Seekor orangutan dewasa. Foto : Ayat S Karokaro/Mongabay Indonesia

“Manusia jarang menghasilkan suara dan bunyi yang tak bersuara secara simultan. Kecuali dalam beatboxing, pertunjukkan keterampilan vokal yang meniru ketukan yang kompleks dari musik hip hop,” kata peneliti itu.

“Tetapi fakta bahwa manusia secara anatomi mampu melakukan beatbox, menimbukan pertanyaan tentang dari mana kemampuan itu berasal. Kita tahu sekarang jawabannya mungkin terletak pada evolusi nenek moyang kita.”

Menurut mereka, kemampuan mengontrol vokal seperti yang ditemukan pada kera besar dalam hal ini orangutan selama ini kerap diabaikan. Penelitian lebih banyak memberi perhatian soal kemampuan ini pada burung. Padahal secara morfologi, burung berbeda dengan manusia.

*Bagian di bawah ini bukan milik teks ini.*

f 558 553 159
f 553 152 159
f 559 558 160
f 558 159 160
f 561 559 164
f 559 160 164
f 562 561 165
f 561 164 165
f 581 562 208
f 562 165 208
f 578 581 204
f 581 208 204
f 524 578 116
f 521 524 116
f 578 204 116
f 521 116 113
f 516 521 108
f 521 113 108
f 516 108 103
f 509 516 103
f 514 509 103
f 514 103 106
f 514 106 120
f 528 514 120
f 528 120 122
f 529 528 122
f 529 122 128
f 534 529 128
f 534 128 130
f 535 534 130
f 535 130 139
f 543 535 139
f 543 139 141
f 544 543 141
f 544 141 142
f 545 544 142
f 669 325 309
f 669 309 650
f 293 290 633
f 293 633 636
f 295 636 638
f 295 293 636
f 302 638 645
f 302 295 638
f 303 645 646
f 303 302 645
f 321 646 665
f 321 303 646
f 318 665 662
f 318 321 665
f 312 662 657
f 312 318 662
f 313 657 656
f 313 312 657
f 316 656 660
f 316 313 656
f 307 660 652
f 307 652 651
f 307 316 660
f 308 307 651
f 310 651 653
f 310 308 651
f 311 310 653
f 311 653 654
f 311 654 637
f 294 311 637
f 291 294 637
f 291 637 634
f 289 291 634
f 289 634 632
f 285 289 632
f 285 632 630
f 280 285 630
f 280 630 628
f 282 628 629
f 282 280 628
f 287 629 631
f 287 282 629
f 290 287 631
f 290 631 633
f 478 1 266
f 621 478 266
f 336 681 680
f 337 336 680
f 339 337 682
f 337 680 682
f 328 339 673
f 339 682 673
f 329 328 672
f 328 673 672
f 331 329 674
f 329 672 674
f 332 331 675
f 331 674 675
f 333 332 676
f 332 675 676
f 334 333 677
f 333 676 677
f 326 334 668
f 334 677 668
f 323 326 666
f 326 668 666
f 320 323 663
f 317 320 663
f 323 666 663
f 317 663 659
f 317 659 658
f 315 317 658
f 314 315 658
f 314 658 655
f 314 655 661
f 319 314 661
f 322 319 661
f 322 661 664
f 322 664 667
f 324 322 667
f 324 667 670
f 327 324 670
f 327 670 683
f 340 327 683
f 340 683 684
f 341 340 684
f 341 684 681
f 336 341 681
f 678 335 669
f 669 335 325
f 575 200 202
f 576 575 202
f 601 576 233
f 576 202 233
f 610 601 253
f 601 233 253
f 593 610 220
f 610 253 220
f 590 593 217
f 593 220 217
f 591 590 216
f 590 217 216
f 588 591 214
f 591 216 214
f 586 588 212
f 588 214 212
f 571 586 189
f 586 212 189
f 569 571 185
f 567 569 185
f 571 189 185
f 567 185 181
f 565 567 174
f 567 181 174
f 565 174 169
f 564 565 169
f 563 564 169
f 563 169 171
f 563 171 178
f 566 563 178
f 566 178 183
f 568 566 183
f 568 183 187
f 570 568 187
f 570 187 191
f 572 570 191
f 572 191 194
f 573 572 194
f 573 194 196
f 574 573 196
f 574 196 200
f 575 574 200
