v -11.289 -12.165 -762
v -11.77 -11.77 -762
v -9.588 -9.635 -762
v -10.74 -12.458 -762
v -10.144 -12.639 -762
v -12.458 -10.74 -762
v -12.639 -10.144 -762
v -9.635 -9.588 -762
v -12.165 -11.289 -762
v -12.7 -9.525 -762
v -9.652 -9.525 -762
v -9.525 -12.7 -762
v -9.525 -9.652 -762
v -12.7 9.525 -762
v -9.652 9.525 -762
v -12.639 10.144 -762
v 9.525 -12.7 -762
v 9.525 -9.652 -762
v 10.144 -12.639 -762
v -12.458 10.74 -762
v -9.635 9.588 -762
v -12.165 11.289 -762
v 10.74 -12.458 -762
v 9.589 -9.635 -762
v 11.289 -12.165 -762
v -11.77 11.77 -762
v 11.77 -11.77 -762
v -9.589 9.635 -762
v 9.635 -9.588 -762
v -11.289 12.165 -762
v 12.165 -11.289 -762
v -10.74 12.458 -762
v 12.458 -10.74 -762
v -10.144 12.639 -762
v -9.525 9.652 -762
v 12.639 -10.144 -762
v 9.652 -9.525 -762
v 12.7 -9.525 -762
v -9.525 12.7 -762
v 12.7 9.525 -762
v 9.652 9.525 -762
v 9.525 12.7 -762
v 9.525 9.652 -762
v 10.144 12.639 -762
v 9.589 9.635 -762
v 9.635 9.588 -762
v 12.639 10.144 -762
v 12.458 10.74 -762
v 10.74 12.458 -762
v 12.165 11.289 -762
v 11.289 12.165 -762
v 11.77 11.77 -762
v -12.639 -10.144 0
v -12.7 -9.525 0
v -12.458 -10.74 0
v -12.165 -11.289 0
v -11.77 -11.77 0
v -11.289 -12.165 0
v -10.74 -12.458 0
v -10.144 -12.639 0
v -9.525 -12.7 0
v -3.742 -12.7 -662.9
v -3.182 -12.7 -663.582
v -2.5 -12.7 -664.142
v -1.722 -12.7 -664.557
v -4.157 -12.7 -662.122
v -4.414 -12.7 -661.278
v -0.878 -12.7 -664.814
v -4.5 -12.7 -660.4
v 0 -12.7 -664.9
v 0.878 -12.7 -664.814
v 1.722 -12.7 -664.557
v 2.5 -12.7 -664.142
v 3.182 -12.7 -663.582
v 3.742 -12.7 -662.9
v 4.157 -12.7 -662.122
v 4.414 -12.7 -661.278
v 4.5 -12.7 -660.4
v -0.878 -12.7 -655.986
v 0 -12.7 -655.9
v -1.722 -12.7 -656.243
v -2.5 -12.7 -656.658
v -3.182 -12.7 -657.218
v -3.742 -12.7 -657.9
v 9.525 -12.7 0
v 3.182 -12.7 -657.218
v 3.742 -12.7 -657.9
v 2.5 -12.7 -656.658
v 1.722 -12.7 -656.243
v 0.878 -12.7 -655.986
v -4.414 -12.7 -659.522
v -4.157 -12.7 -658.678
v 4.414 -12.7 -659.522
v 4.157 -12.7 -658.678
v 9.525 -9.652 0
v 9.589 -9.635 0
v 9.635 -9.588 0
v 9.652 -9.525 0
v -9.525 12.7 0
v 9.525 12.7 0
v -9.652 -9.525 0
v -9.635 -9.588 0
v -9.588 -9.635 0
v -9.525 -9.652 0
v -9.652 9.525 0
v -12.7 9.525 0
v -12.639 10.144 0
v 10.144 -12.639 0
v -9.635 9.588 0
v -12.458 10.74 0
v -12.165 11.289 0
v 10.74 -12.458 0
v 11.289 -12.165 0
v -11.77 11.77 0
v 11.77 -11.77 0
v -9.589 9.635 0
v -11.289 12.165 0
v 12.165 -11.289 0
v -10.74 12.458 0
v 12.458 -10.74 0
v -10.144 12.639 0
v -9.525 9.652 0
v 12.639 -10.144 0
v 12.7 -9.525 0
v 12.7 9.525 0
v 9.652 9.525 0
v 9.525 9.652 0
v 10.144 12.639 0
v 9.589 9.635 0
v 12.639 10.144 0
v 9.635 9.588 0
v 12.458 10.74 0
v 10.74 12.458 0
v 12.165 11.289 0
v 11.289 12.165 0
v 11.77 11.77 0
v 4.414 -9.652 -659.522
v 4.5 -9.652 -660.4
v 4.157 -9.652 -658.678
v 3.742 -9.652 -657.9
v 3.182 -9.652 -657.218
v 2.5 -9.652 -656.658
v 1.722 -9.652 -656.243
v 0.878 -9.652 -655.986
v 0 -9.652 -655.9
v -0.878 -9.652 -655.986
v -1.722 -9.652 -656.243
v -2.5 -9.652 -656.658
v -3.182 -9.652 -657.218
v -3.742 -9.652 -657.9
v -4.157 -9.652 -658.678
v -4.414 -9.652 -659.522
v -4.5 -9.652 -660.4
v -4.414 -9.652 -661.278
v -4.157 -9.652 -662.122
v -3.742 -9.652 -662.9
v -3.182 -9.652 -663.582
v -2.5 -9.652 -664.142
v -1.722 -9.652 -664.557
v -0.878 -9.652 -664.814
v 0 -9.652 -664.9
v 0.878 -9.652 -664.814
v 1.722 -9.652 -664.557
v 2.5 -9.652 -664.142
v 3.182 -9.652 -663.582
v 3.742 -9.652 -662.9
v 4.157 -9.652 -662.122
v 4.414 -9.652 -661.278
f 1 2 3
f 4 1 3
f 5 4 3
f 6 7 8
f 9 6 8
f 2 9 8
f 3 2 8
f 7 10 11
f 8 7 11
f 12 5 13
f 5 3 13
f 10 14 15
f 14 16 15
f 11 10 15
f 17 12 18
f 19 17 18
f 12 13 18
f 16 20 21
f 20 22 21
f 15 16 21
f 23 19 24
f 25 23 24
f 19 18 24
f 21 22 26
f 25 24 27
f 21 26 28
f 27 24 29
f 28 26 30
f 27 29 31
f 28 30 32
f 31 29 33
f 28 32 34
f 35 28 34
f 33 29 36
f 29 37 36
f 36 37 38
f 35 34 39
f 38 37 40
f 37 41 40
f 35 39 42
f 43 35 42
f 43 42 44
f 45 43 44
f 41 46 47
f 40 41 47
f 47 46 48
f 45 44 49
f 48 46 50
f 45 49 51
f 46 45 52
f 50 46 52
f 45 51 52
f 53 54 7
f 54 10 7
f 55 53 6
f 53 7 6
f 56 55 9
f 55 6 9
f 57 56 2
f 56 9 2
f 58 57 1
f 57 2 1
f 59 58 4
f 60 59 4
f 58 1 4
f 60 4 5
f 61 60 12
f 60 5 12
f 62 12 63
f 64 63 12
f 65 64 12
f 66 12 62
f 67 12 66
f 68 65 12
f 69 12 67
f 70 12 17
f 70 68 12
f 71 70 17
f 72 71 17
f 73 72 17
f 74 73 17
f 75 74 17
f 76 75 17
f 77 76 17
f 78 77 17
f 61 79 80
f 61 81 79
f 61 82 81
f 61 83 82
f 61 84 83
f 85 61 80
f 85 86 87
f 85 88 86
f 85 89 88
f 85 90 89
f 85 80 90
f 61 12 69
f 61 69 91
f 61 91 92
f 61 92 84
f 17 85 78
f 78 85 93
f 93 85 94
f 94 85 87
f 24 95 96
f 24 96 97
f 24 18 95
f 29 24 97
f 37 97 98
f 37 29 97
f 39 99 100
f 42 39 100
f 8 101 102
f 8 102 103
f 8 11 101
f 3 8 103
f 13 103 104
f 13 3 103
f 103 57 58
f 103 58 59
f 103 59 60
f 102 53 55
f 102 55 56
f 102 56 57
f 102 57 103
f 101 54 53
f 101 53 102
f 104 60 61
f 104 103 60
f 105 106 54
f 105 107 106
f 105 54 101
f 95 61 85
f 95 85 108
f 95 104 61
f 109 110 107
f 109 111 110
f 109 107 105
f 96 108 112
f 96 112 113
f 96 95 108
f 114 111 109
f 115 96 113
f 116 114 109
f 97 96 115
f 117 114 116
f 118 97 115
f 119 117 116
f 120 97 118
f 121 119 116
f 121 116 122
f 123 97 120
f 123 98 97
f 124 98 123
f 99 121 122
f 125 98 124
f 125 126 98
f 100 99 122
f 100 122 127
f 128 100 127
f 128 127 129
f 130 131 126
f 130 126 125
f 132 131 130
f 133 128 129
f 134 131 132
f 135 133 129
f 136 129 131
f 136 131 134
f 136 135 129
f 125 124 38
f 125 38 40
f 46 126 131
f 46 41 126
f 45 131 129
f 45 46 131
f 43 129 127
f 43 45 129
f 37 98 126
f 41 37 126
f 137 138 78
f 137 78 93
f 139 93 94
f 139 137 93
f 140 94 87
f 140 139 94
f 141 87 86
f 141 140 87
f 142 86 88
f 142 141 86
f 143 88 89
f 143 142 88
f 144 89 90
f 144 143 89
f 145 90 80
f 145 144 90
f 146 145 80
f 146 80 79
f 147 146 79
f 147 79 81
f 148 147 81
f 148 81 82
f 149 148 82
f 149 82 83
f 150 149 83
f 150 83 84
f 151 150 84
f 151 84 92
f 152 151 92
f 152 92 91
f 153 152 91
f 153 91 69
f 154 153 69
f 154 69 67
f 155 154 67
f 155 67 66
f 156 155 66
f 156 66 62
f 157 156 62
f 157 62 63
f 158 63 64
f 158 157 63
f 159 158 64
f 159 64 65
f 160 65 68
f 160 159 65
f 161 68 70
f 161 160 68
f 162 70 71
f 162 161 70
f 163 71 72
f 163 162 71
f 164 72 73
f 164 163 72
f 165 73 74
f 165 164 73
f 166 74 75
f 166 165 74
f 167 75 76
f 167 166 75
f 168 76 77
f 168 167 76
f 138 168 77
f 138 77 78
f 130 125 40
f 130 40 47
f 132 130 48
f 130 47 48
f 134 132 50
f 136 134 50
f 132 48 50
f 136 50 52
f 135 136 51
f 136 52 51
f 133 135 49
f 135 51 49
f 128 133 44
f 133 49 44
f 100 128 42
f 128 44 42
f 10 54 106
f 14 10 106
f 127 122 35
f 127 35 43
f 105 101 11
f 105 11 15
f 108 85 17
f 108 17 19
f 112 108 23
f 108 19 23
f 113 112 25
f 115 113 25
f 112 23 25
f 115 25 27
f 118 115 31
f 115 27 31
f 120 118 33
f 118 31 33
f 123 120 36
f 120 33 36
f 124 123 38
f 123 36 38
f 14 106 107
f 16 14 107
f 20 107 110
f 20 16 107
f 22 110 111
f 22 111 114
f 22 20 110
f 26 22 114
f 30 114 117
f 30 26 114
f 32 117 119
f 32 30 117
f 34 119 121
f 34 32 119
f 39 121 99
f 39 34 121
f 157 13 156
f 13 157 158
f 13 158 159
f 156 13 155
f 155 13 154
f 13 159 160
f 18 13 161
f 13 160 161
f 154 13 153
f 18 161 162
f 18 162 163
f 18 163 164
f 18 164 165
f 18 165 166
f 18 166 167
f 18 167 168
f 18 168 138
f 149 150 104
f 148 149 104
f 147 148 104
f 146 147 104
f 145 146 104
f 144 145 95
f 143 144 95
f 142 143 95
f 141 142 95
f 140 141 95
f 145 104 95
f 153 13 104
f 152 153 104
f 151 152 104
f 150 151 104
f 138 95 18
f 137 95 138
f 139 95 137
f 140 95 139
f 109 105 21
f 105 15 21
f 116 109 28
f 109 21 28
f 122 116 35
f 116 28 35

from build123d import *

# Parameters (mm, degrees)
F0_W     = 25.4
F0_H     = 25.4
F1_DEPTH = 762
F2_R     = 3.175
F3_T     = -3.048
F4_R     = 4.5
F5_DEPTH = 12.7


with BuildPart() as f1:
    # F0 (on Top) → F1 (new body)
    with BuildSketch(Plane.XY):
        Rectangle(F0_W, F0_H)
    extrude(amount=-F1_DEPTH)

    # F2
    f2_edges = [f1.edges().sort_by_distance(p)[0] for p in [
        (-12.7, 12.7, -381),
        (-12.7, -12.7, -381),
        (12.7, 12.7, -381),
        (12.7, -12.7, -381),
    ]]
    fillet(f2_edges, radius=F2_R)

    # F3
    f3_openings = [f1.faces().sort_by_distance(p)[0] for p in [
        (0, 0, 0),
        (0, 0, -762),
    ]]
    offset(amount=F3_T, openings=f3_openings)

    # F4 (on Front) → F5 (cut, through all)
    with BuildSketch(Plane.XZ):
        with Locations((0, -660.4)):
            Circle(F4_R)
    extrude(amount=F5_DEPTH, mode=Mode.SUBTRACT)


solid = f1.part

“Menghasilkan dua suara, persis seperti cara burung menghasilkan kicauan, mirip dengan bahasa yang diucapkan. Namun anatomi burung tidak memiliki kemiripan dengan kita sehingga sulit membuat kaitan antara kicauan burung dengan bahasa lisan manusia,” kata Hardus, seperti dikutip dari Sciencedaily.

Orangutan Kalimantan dan Sumatera

Untuk sampai kepada kesimpulannya, peneliti mengamati suara orangutan Kalimantan (Pongo pygmaeus) jantan di Tuanan, Kalimantan Tengah. Selama Selama 2.510 jam pengamatan, mereka mencatat ada 30 suara kunyahan dan 111 gerutuan. Selain itu mereka juga mencatat adanya 16 suara kombinasi kunyahan dan gerutuan. Suara yang dihasilkan merupakan respon ketika ada gangguan dan saat menyiapkan perkelahian.

Di Ketambe, Aceh, peneliti mendapati suara ciuman ditimpali panggilan bersautan sebanyak 293 kejadian. Mereka juga mendapati ada 1.176 suara ciuman, dan 1.158 suara panggilan bersahutan. Di Aceh mereka mengamati orangutan Sumatera (Pongo abeli) betina, yang tercatat dalam 1.287 jam observasi. Suara yang dihasilkan merupakan respon terhadap kehadiran predator.

 

Diagram spektografi dari kombinasi panggilan orangutan bifonik tak bersuara dan bersuara yang dihasilkan oleh orangutan jantan Kalimantan (Pongo pygmaeus) dan orangutan betina Sumatera (Pongo abelii). Sumber : Adriano Lameira dan Magdaleine Hardus/PNAS Nexus

 

Hasil pengamatan tersebut bagi mereka mengungkapkan adanya kontrol motorik kompleks yang melibatkan kombinasi dan koartikulasi dua sumber suara pada orangutan liar.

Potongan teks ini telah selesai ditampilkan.